Capítulo 5 — La aventura comienza

La mañana amaneció tranquila en Londres. El reloj del pasillo del hotel marcaba apenas las siete y media cuando Virginia se despertó. Durante un instante se quedó inmóvil, tratando de descifrar si lo que había vivido la noche anterior había sido un sueño. La cena, las risas, los callejones iluminados por farolas antiguas, y aquel joven desconocido que, sin quererlo, se había convertido en parte de su viaje.

Se incorporó lentamente, se lavó la cara con agua fría y bajó al comedor del hotel para tomar el desayuno incluido. El lugar estaba casi vacío, apenas un par de huéspedes dispersos hojeando periódicos o revisando el móvil. Virginia eligió una mesa junto a la ventana, donde la luz tenue de la mañana se filtraba con suavidad.

Pidió café, jugo de naranja y un plato de tostadas con mermelada. Mientras esperaba, abrió su bolso y sacó su diario de viaje. Había comprado un par de hojas adhesivas para pegar allí las fotos Polaroid que había tomado el día anterior. Una por una, fue ordenándolas con delicadeza: el Big Ben capturado desde el bus turístico, los colores vibrantes del arte urbano en Camden, la fachada iluminada de un teatro del West End… y, casi al final, aquella foto improvisada de la vidriera donde casi pierde la vida si Arturo no hubiera estado ahí.

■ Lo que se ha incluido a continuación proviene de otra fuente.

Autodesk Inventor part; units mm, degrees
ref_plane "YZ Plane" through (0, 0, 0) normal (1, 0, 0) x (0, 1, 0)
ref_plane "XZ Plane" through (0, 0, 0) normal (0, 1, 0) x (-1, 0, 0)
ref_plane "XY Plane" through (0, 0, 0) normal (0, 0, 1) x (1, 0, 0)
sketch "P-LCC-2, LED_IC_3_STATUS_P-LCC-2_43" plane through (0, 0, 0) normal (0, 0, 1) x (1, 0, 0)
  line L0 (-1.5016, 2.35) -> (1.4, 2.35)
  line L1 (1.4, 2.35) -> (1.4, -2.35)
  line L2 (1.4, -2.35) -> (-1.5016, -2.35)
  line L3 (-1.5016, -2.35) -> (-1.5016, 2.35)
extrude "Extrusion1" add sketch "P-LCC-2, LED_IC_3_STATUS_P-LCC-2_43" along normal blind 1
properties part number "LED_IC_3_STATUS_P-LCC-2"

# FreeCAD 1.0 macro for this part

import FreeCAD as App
import Part
import Sketcher


def add_polygon(sketch, points):
    """Adds a closed chain of lines whose ends are joined by coincident constraints."""
    first, n = sketch.GeometryCount, len(points)
    for a, b in zip(points, points[1:] + points[:1]):
        sketch.addGeometry(Part.LineSegment(App.Vector(*a, 0), App.Vector(*b, 0)), False)
    for i in range(n):
        sketch.addConstraint(Sketcher.Constraint("Coincident", first + i, 2, first + (i + 1) % n, 1))

doc = App.newDocument("Part")
body = doc.addObject("PartDesign::Body", "Body")

# Sketch on XY plane
sketch1 = body.newObject("Sketcher::SketchObject", "Sketch")
sketch1.AttachmentSupport = (doc.getObject("XY_Plane"), [""])
sketch1.MapMode = "FlatFace"
add_polygon(sketch1, [(1.4, 2.4), (-1.5, 2.4), (-1.5, -2.4), (1.4, -2.4)])  # lines 0-3
sketch1.addConstraint([
    Sketcher.Constraint("Horizontal", 0),
    Sketcher.Constraint("Vertical", 1),
    Sketcher.Constraint("Horizontal", 2),
    Sketcher.Constraint("Vertical", 3),
    Sketcher.Constraint("DistanceY", 1, 2, 1, 1, 4.7),
    Sketcher.Constraint("DistanceX", -1, 1, 2, 2, 1.4),
    Sketcher.Constraint("DistanceY", -1, 1, 0, 2, 2.35),
    Sketcher.Constraint("DistanceX", 0, 2, 0, 1, 2.9016),
])
pad1 = body.newObject("PartDesign::Pad", "Pad")
pad1.Profile = sketch1
pad1.Length = 1

doc.recompute()
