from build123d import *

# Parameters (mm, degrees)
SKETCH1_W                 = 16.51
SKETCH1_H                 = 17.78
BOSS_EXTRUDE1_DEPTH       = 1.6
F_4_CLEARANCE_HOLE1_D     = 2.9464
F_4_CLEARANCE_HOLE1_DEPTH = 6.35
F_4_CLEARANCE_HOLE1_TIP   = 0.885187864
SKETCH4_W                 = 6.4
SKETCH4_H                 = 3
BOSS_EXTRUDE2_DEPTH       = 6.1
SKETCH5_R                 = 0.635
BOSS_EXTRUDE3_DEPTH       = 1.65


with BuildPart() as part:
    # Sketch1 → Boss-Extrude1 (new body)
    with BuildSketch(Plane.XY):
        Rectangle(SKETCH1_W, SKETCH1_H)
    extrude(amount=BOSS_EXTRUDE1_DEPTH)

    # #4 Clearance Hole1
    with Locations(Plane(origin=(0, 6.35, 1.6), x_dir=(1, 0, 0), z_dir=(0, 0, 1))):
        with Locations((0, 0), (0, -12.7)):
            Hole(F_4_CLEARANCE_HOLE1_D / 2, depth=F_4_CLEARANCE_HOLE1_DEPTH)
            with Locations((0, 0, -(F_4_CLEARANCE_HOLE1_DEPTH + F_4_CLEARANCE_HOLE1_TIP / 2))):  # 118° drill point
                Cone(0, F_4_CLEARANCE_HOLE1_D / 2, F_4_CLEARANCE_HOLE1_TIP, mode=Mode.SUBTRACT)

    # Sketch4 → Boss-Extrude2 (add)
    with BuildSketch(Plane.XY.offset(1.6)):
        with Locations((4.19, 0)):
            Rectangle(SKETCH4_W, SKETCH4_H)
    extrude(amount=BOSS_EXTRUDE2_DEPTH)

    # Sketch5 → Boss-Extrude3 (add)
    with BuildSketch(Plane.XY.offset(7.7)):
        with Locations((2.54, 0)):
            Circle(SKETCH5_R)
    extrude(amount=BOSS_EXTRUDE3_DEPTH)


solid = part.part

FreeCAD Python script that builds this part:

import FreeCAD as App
import Part
import Sketcher
from FreeCAD import Vector
Q = App.Units.Quantity

doc = App.newDocument("Part")
body = doc.addObject("PartDesign::Body", "Body")

# Sketch on XY plane
sketch1 = doc.addObject("Sketcher::SketchObject", "Sketch")
body.addObject(sketch1)
sketch1.AttachmentSupport = (doc.XY_Plane, [""])
sketch1.MapMode = "FlatFace"
sketch1.addGeometry([
    Part.LineSegment(Vector(-8, 9, 0), Vector(-8, -9, 0)),
    Part.LineSegment(Vector(-8, -9, 0), Vector(8, -9, 0)),
    Part.LineSegment(Vector(8, -9, 0), Vector(8, 9, 0)),
    Part.LineSegment(Vector(8, 9, 0), Vector(-8, 9, 0)),
], False)
sketch1.addConstraint([
    Sketcher.Constraint("Coincident", 0, 2, 1, 1),
    Sketcher.Constraint("Coincident", 1, 2, 2, 1),
    Sketcher.Constraint("Coincident", 2, 2, 3, 1),
    Sketcher.Constraint("Coincident", 3, 2, 0, 1),
    Sketcher.Constraint("Vertical", 0),
    Sketcher.Constraint("Horizontal", 1),
    Sketcher.Constraint("Vertical", 2),
    Sketcher.Constraint("Horizontal", 3),
    Sketcher.Constraint("Symmetric", 0, 2, 2, 2, -1, 1),
    Sketcher.Constraint("DistanceY", 0, 2, 0, 1, Q("0.7 in")),
    Sketcher.Constraint("DistanceX", 1, 1, 1, 2, Q("0.65 in")),
])
pad1 = doc.addObject("PartDesign::Pad", "Pad")
body.addObject(pad1)
pad1.Profile = sketch1
pad1.Length = 1.6

# Sketch on XY plane
sketch2 = doc.addObject("Sketcher::SketchObject", "Sketch001")
body.addObject(sketch2)
sketch2.AttachmentSupport = (doc.XY_Plane, [""])
sketch2.MapMode = "FlatFace"
sketch2.AttachmentOffset = App.Placement(Vector(0, 0, 1.6), App.Rotation())
sketch2.addGeometry([
    Part.Circle(Vector(0, 6.3, 0), Vector(0, 0, 1), 1.5),
    Part.Circle(Vector(0, -6.3, 0), Vector(0, 0, 1), 1.5),
], False)
sketch2.addConstraint([
    Sketcher.Constraint("Equal", 0, 1),
    Sketcher.Constraint("Symmetric", 0, 3, 1, 3, -1, 1),
    Sketcher.Constraint("PointOnObject", 0, 3, -2),
    Sketcher.Constraint("Diameter", 0, Q("0.116 in")),
    Sketcher.Constraint("DistanceY", 1, 3, 0, 3, Q("0.5 in")),
])
doc.recompute()
hole = doc.addObject("PartDesign::Hole", "Hole")
body.addObject(hole)
hole.Profile = sketch2
hole.ThreadType = "None"
hole.Diameter = Q("0.116 in")
hole.DepthType = "Dimension"
hole.Depth = Q("0.25 in")
hole.DrillPoint = "Angled"
hole.DrillPointAngle = 118

# Sketch on XY plane
sketch3 = doc.addObject("Sketcher::SketchObject", "Sketch002")
body.addObject(sketch3)
sketch3.AttachmentSupport = (doc.XY_Plane, [""])
sketch3.MapMode = "FlatFace"
sketch3.AttachmentOffset = App.Placement(Vector(0, 0, 1.6), App.Rotation())
sketch3.addGeometry([
    Part.LineSegment(Vector(1, 1.5, 0), Vector(1, -1.5, 0)),
    Part.LineSegment(Vector(1, -1.5, 0), Vector(7.4, -1.5, 0)),
    Part.LineSegment(Vector(7.4, -1.5, 0), Vector(7.4, 1.5, 0)),
    Part.LineSegment(Vector(7.4, 1.5, 0), Vector(1, 1.5, 0)),
], False)
sketch3.addConstraint([
    Sketcher.Constraint("Coincident", 0, 2, 1, 1),
    Sketcher.Constraint("Coincident", 1, 2, 2, 1),
    Sketcher.Constraint("Coincident", 2, 2, 3, 1),
    Sketcher.Constraint("Coincident", 3, 2, 0, 1),
    Sketcher.Constraint("Vertical", 0),
    Sketcher.Constraint("Horizontal", 1),
    Sketcher.Constraint("Vertical", 2),
    Sketcher.Constraint("Horizontal", 3),
    Sketcher.Constraint("DistanceX", 1, 1, 1, 2, 6.4),
    Sketcher.Constraint("DistanceY", 0, 2, 0, 1, 3.0),
    Sketcher.Constraint("DistanceX", -1, 1, 0, 2, 0.99),
    Sketcher.Constraint("DistanceY", 0, 2, -1, 1, 1.5),
])
pad2 = doc.addObject("PartDesign::Pad", "Pad001")
body.addObject(pad2)
pad2.Profile = sketch3
pad2.Length = 6.1

# Sketch on XY plane
sketch4 = doc.addObject("Sketcher::SketchObject", "Sketch003")
body.addObject(sketch4)
sketch4.AttachmentSupport = (doc.XY_Plane, [""])
sketch4.MapMode = "FlatFace"
sketch4.AttachmentOffset = App.Placement(Vector(0, 0, 7.7), App.Rotation())
sketch4.addGeometry(Part.Circle(Vector(2.5, 0, 0), Vector(0, 0, 1), 0.6), False)
sketch4.addConstraint([
    Sketcher.Constraint("PointOnObject", 0, 3, -1),
    Sketcher.Constraint("Diameter", 0, Q("0.05 in")),
    Sketcher.Constraint("DistanceX", -1, 1, 0, 3, Q("0.1 in")),
])
pad3 = doc.addObject("PartDesign::Pad", "Pad002")
body.addObject(pad3)
pad3.Profile = sketch4
pad3.Length = 1.65

doc.recompute()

Escribió: "Día 2: Londres no solo me regaló paisajes y calles históricas, también me sorprendió con un encuentro inesperado. Arturo. Extraño, divertido, un poco misterioso. Hoy nos veremos de nuevo, y siento una mezcla de ansiedad y entusiasmo. Nunca pensé que mi viaje incluiría compañía. Nunca pensé que me atrevería a compartir mi tiempo con un desconocido. Y sin embargo, aquí estoy. Lista para la locura."

Cerró el cuaderno, respiró hondo y terminó el café. Antes de subir a la habitación a buscar su bolso, se miró en el reflejo de la ventana: su rostro mostraba un brillo distinto, uno que no recordaba haber visto en mucho tiempo.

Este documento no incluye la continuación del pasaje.